Carlos E. R. wrote:
On 2022-06-26 21:35, Per Jessen wrote:
Carlos E. R. wrote:
On 2022-06-26 10:22, Per Jessen wrote:
Carlos E. R. wrote:
I doubt you can easily find a way to remove whatever YaST did and have sound working on that machine (I'm now on my laptop).
"Remove what yast did" is easy. Do a new install
Can't do, machine is in production, that's hours of work.
I did not suggest on the same machine. To check out the default config, any machine with a soundcard will do.
Can't do, the other machines do not have problems with sound, AFAIR.
Nor do I have suitable machines here, only my tiny laptop. Plus, I don't remember on which machines I used yast and on which I didn't.
Hence my earlier suggestion of asking someone with a default install.

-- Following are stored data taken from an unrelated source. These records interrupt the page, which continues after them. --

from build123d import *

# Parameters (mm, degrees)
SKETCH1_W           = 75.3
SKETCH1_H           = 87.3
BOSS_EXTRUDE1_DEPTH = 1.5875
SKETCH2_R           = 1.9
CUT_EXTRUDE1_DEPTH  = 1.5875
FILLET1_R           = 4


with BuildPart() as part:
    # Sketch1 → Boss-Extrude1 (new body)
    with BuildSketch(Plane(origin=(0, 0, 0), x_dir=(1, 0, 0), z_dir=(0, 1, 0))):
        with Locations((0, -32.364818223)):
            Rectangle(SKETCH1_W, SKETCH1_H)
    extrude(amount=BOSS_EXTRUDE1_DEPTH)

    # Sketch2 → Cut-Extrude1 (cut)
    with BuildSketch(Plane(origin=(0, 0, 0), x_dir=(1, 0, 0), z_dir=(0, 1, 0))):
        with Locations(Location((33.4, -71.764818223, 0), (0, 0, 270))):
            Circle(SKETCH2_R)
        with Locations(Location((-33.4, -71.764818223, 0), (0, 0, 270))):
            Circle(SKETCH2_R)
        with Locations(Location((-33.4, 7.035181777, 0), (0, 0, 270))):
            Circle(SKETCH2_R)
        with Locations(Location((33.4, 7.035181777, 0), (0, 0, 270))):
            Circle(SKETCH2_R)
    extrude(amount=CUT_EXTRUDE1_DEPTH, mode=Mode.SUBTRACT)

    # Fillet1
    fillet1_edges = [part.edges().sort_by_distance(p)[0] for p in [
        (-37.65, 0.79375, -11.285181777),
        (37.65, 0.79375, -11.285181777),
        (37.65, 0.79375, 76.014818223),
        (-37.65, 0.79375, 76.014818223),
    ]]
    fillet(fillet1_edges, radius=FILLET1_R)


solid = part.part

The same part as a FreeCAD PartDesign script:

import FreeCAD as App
import Part
import Sketcher
from FreeCAD import Vector


def edges_at(feature, points):
    """Names of the edges that pass closest to the given points."""
    edges = feature.Shape.Edges
    near = lambda p: min(range(len(edges)), key=lambda i: edges[i].distToShape(Part.Vertex(*p))[0])
    return sorted({f"Edge{near(p) + 1}" for p in points})


def add_polygon(sketch, points):
    """Adds a closed chain of lines whose ends are joined by coincident constraints."""
    first, n = sketch.GeometryCount, len(points)
    for a, b in zip(points, points[1:] + points[:1]):
        sketch.addGeometry(Part.LineSegment(App.Vector(*a, 0), App.Vector(*b, 0)), False)
    for i in range(n):
        sketch.addConstraint(Sketcher.Constraint("Coincident", first + i, 2, first + (i + 1) % n, 1))

doc = App.newDocument("Part")
params = doc.addObject("Spreadsheet::Sheet", "Params")
for row, (alias, value) in enumerate([
    ("sketch1_width", "75.3 mm"),
    ("sketch1_height", "87.3 mm"),
    ("pad1_length", "1.5875 mm"),
    ("sketch2_diameter", "3.8 mm"),
    ("pocket1_length", "1.5875 mm"),
    ("fillet_radius", "4 mm"),
], start=1):
    params.set(f"A{row}", alias)
    params.set(f"B{row}", "=" + value)
    params.setAlias(f"B{row}", alias)

body = doc.addObject("PartDesign::Body", "Body")

sketch1 = body.newObject("Sketcher::SketchObject", "Sketch")
sketch1.AttachmentSupport = (doc.getObject("XZ_Plane"), [""])
sketch1.MapMode = "FlatFace"
add_polygon(sketch1, [(-38, -11), (-38, 76), (38, 76), (38, -11)])
sketch1.addConstraint([
    Sketcher.Constraint("Vertical", 0),
    Sketcher.Constraint("Horizontal", 1),
    Sketcher.Constraint("Vertical", 2),
    Sketcher.Constraint("Horizontal", 3),
    Sketcher.Constraint("DistanceX", 1, 1, 1, 2, 75.3),
    Sketcher.Constraint("DistanceY", 0, 1, 0, 2, 87.3),
    Sketcher.Constraint("DistanceX", 0, 2, -1, 1, 37.65),
    Sketcher.Constraint("DistanceY", -1, 1, 0, 2, 76.014818),
])
sketch1.setExpression("Constraints[8]", "Params.sketch1_width")
sketch1.setExpression("Constraints[9]", "Params.sketch1_height")
pad1 = body.newObject("PartDesign::Pad", "Pad")
pad1.Profile = sketch1
pad1.setExpression("Length", "Params.pad1_length")
pad1.Reversed = True

sketch2 = body.newObject("Sketcher::SketchObject", "Sketch001")
sketch2.AttachmentSupport = (doc.getObject("XZ_Plane"), [""])
sketch2.MapMode = "FlatFace"
sketch2.addGeometry([
    Part.Circle(Vector(33.4, 71.8, 0), Vector(0, 0, 1), 1.9),
    Part.Circle(Vector(-33.4, 71.8, 0), Vector(0, 0, 1), 1.9),
    Part.Circle(Vector(-33.4, -7, 0), Vector(0, 0, 1), 1.9),
    Part.Circle(Vector(33.4, -7, 0), Vector(0, 0, 1), 1.9),
], False)
sketch2.addConstraint([
    Sketcher.Constraint("Equal", 0, 1),
    Sketcher.Constraint("Equal", 1, 2),
    Sketcher.Constraint("Equal", 2, 3),
    Sketcher.Constraint("Symmetric", 0, 3, 1, 3, -2),
    Sketcher.Constraint("Symmetric", 2, 3, 3, 3, -2),
    Sketcher.Constraint("Vertical", 1, 3, 2, 3),
    Sketcher.Constraint("Diameter", 0, 3.8),
    Sketcher.Constraint("DistanceX", -1, 1, 0, 3, 33.4),
    Sketcher.Constraint("DistanceY", 2, 3, 1, 3, 78.8),
    Sketcher.Constraint("DistanceY", -1, 1, 0, 3, 71.764818),
])
sketch2.setExpression("Constraints[6]", "Params.sketch2_diameter")
pocket1 = body.newObject("PartDesign::Pocket", "Pocket")
pocket1.Profile = sketch2
pocket1.setExpression("Length", "Params.pocket1_length")
doc.recompute()

fillet = body.newObject("PartDesign::Fillet", "Fillet")
fillet.Base = (pocket1, edges_at(pocket1, [
    (-37.65, 0.794, -11.285),
    (37.65, 0.794, -11.285),
    (37.65, 0.794, 76.015),
    (-37.65, 0.794, 76.015),
]))
fillet.setExpression("Radius", "Params.fillet_radius")

doc.recompute()
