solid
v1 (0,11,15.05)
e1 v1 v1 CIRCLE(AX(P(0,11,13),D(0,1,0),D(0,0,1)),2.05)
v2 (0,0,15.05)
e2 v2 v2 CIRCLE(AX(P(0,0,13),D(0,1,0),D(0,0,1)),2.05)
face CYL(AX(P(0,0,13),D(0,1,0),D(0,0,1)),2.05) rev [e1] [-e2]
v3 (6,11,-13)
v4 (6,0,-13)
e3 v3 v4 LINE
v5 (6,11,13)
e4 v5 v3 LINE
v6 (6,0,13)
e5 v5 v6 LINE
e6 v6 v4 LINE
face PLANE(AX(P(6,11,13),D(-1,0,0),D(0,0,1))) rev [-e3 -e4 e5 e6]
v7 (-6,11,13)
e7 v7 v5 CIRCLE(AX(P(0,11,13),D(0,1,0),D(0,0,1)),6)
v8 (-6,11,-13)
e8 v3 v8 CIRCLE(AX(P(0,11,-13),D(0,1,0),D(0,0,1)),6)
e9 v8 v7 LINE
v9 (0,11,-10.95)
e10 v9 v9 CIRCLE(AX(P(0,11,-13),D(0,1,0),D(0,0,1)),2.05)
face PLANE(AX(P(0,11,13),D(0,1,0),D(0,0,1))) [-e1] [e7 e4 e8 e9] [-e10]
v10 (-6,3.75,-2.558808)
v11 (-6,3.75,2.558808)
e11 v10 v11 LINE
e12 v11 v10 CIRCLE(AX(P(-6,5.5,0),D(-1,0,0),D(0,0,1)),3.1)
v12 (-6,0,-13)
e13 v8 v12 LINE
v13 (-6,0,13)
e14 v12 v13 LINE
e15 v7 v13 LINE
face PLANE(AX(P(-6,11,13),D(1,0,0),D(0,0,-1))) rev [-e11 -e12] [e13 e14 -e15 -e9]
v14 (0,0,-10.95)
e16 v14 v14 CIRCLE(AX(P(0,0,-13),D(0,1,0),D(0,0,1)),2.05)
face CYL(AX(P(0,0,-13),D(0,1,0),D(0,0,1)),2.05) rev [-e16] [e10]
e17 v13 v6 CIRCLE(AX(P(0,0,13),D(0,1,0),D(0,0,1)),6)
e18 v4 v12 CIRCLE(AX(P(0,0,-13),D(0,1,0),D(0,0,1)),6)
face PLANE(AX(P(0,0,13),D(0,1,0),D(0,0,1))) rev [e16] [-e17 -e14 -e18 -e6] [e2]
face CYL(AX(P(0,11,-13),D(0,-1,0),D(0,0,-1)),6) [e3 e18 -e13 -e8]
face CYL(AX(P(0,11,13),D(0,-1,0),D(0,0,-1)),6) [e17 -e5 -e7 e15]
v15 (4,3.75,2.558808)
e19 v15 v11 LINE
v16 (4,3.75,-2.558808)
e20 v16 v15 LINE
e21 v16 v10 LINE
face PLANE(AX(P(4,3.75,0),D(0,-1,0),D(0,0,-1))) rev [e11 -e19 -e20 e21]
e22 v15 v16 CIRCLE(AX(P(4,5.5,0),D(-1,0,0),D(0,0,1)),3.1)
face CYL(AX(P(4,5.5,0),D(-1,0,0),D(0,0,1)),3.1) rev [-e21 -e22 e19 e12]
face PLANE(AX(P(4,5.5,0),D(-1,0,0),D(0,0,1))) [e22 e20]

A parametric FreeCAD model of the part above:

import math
import FreeCAD as App
import Part
import Sketcher

doc = App.newDocument("Part")
body = doc.addObject("PartDesign::Body", "Body")

# Sketch on XZ plane
sketch1 = body.newObject("Sketcher::SketchObject", "Sketch")
sketch1.AttachmentSupport = (doc.getObject("XZ_Plane"), [""])
sketch1.MapMode = "FlatFace"
sketch1.addGeometry([
    Part.LineSegment(App.Vector(-6, -13, 0), App.Vector(-6, 13, 0)),
    Part.ArcOfCircle(Part.Circle(App.Vector(0, 13, 0), App.Vector(0, 0, 1), 6), math.radians(0), math.radians(180)),
    Part.LineSegment(App.Vector(6, 13, 0), App.Vector(6, -13, 0)),
    Part.ArcOfCircle(Part.Circle(App.Vector(0, -13, 0), App.Vector(0, 0, 1), 6), math.radians(180), math.radians(360)),
], False)
sketch1.addConstraint([
    Sketcher.Constraint("Tangent", 0, 2, 1, 2),
    Sketcher.Constraint("Tangent", 1, 1, 2, 1),
    Sketcher.Constraint("Tangent", 2, 2, 3, 2),
    Sketcher.Constraint("Tangent", 3, 1, 0, 1),
    Sketcher.Constraint("Vertical", 0),
    Sketcher.Constraint("Vertical", 2),
    Sketcher.Constraint("Symmetric", 1, 3, 3, 3, -1, 1),
    Sketcher.Constraint("Radius", 1, 6.0),
    Sketcher.Constraint("DistanceY", 0, 1, 0, 2, 26.0),
])
pad1 = body.newObject("PartDesign::Pad", "Pad")
pad1.Profile = sketch1
pad1.Length = 11
pad1.Reversed = True

# Sketch on XZ plane
sketch2 = body.newObject("Sketcher::SketchObject", "Sketch001")
sketch2.AttachmentSupport = (doc.getObject("XZ_Plane"), [""])
sketch2.MapMode = "FlatFace"
sketch2.AttachmentOffset = App.Placement(App.Vector(0, 0, -11), App.Rotation())
sketch2.addGeometry([
    Part.Circle(App.Vector(0, -13, 0), App.Vector(0, 0, 1), 2),
    Part.Circle(App.Vector(0, 13, 0), App.Vector(0, 0, 1), 2),
], False)
sketch2.addConstraint([
    Sketcher.Constraint("Equal", 0, 1),
    Sketcher.Constraint("Symmetric", 0, 3, 1, 3, -1, 1),
    Sketcher.Constraint("PointOnObject", 0, 3, -2),
    Sketcher.Constraint("Diameter", 0, 4.1),
    Sketcher.Constraint("DistanceY", 0, 3, -1, 1, 13.0),
])
pocket1 = body.newObject("PartDesign::Pocket", "Pocket")
pocket1.Profile = sketch2
pocket1.Type = "ThroughAll"
pocket1.Reversed = True

# Sketch on YZ plane
sketch3 = body.newObject("Sketcher::SketchObject", "Sketch002")
sketch3.AttachmentSupport = (doc.getObject("YZ_Plane"), [""])
sketch3.MapMode = "FlatFace"
sketch3.AttachmentOffset = App.Placement(App.Vector(0, 0, -6), App.Rotation())
sketch3.addGeometry(Part.Circle(App.Vector(5.5, 0, 0), App.Vector(0, 0, 1), 3.1), False)
sketch3.addConstraint([
    Sketcher.Constraint("PointOnObject", 0, 3, -1),
    Sketcher.Constraint("Diameter", 0, 6.2),
    Sketcher.Constraint("DistanceX", -1, 1, 0, 3, 5.5),
])
pocket2 = body.newObject("PartDesign::Pocket", "Pocket001")
pocket2.Profile = sketch3
pocket2.Length = 10
pocket2.Reversed = True

# Sketch on YZ plane
sketch4 = body.newObject("Sketcher::SketchObject", "Sketch003")
sketch4.AttachmentSupport = (doc.getObject("YZ_Plane"), [""])
sketch4.MapMode = "FlatFace"
sketch4.AttachmentOffset = App.Placement(App.Vector(0, 0, -6), App.Rotation())
sketch4.addGeometry([
    Part.LineSegment(App.Vector(3.8, 3.1, 0), App.Vector(3.8, -3.1, 0)),
    Part.ArcOfCircle(Part.Circle(App.Vector(5.5, 0, 0), App.Vector(0, 0, 1), 3.6), math.radians(119), math.radians(241)),
], False)
sketch4.addConstraint([
    Sketcher.Constraint("Coincident", 0, 1, 1, 1),
    Sketcher.Constraint("Coincident", 1, 2, 0, 2),
    Sketcher.Constraint("Vertical", 0),
    Sketcher.Constraint("PointOnObject", 1, 3, -1),
    Sketcher.Constraint("Radius", 1, 3.6),
    Sketcher.Constraint("DistanceX", -1, 1, 1, 3, 5.5),
    Sketcher.Constraint("DistanceX", -1, 1, 0, 1, 3.75),
])
pad2 = body.newObject("PartDesign::Pad", "Pad001")
pad2.Profile = sketch4
pad2.Length = 10

doc.recompute()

or ask someone with a new install, and you can look at the default setup.
Not trivial.
Uh, 100% trivial I would suggest. What isn't trivial about comparing two setups? 'diff' will help with that.
Once you know what files to select...
The easiest is just to run a diff -qrb /etc1 /etc2 - it'll give you too much of course, but it's easy to get rid of what isn't relevant.
The installation logs won't tell you anything. The source code is easy to read, you will see which files are being touched etc.
Not that easy, you have to reproduce the decision tree.
I think I neglected to do that, but it still worked :-) Anyway, too many hurdles. -- Per Jessen, Zürich (21.4°C)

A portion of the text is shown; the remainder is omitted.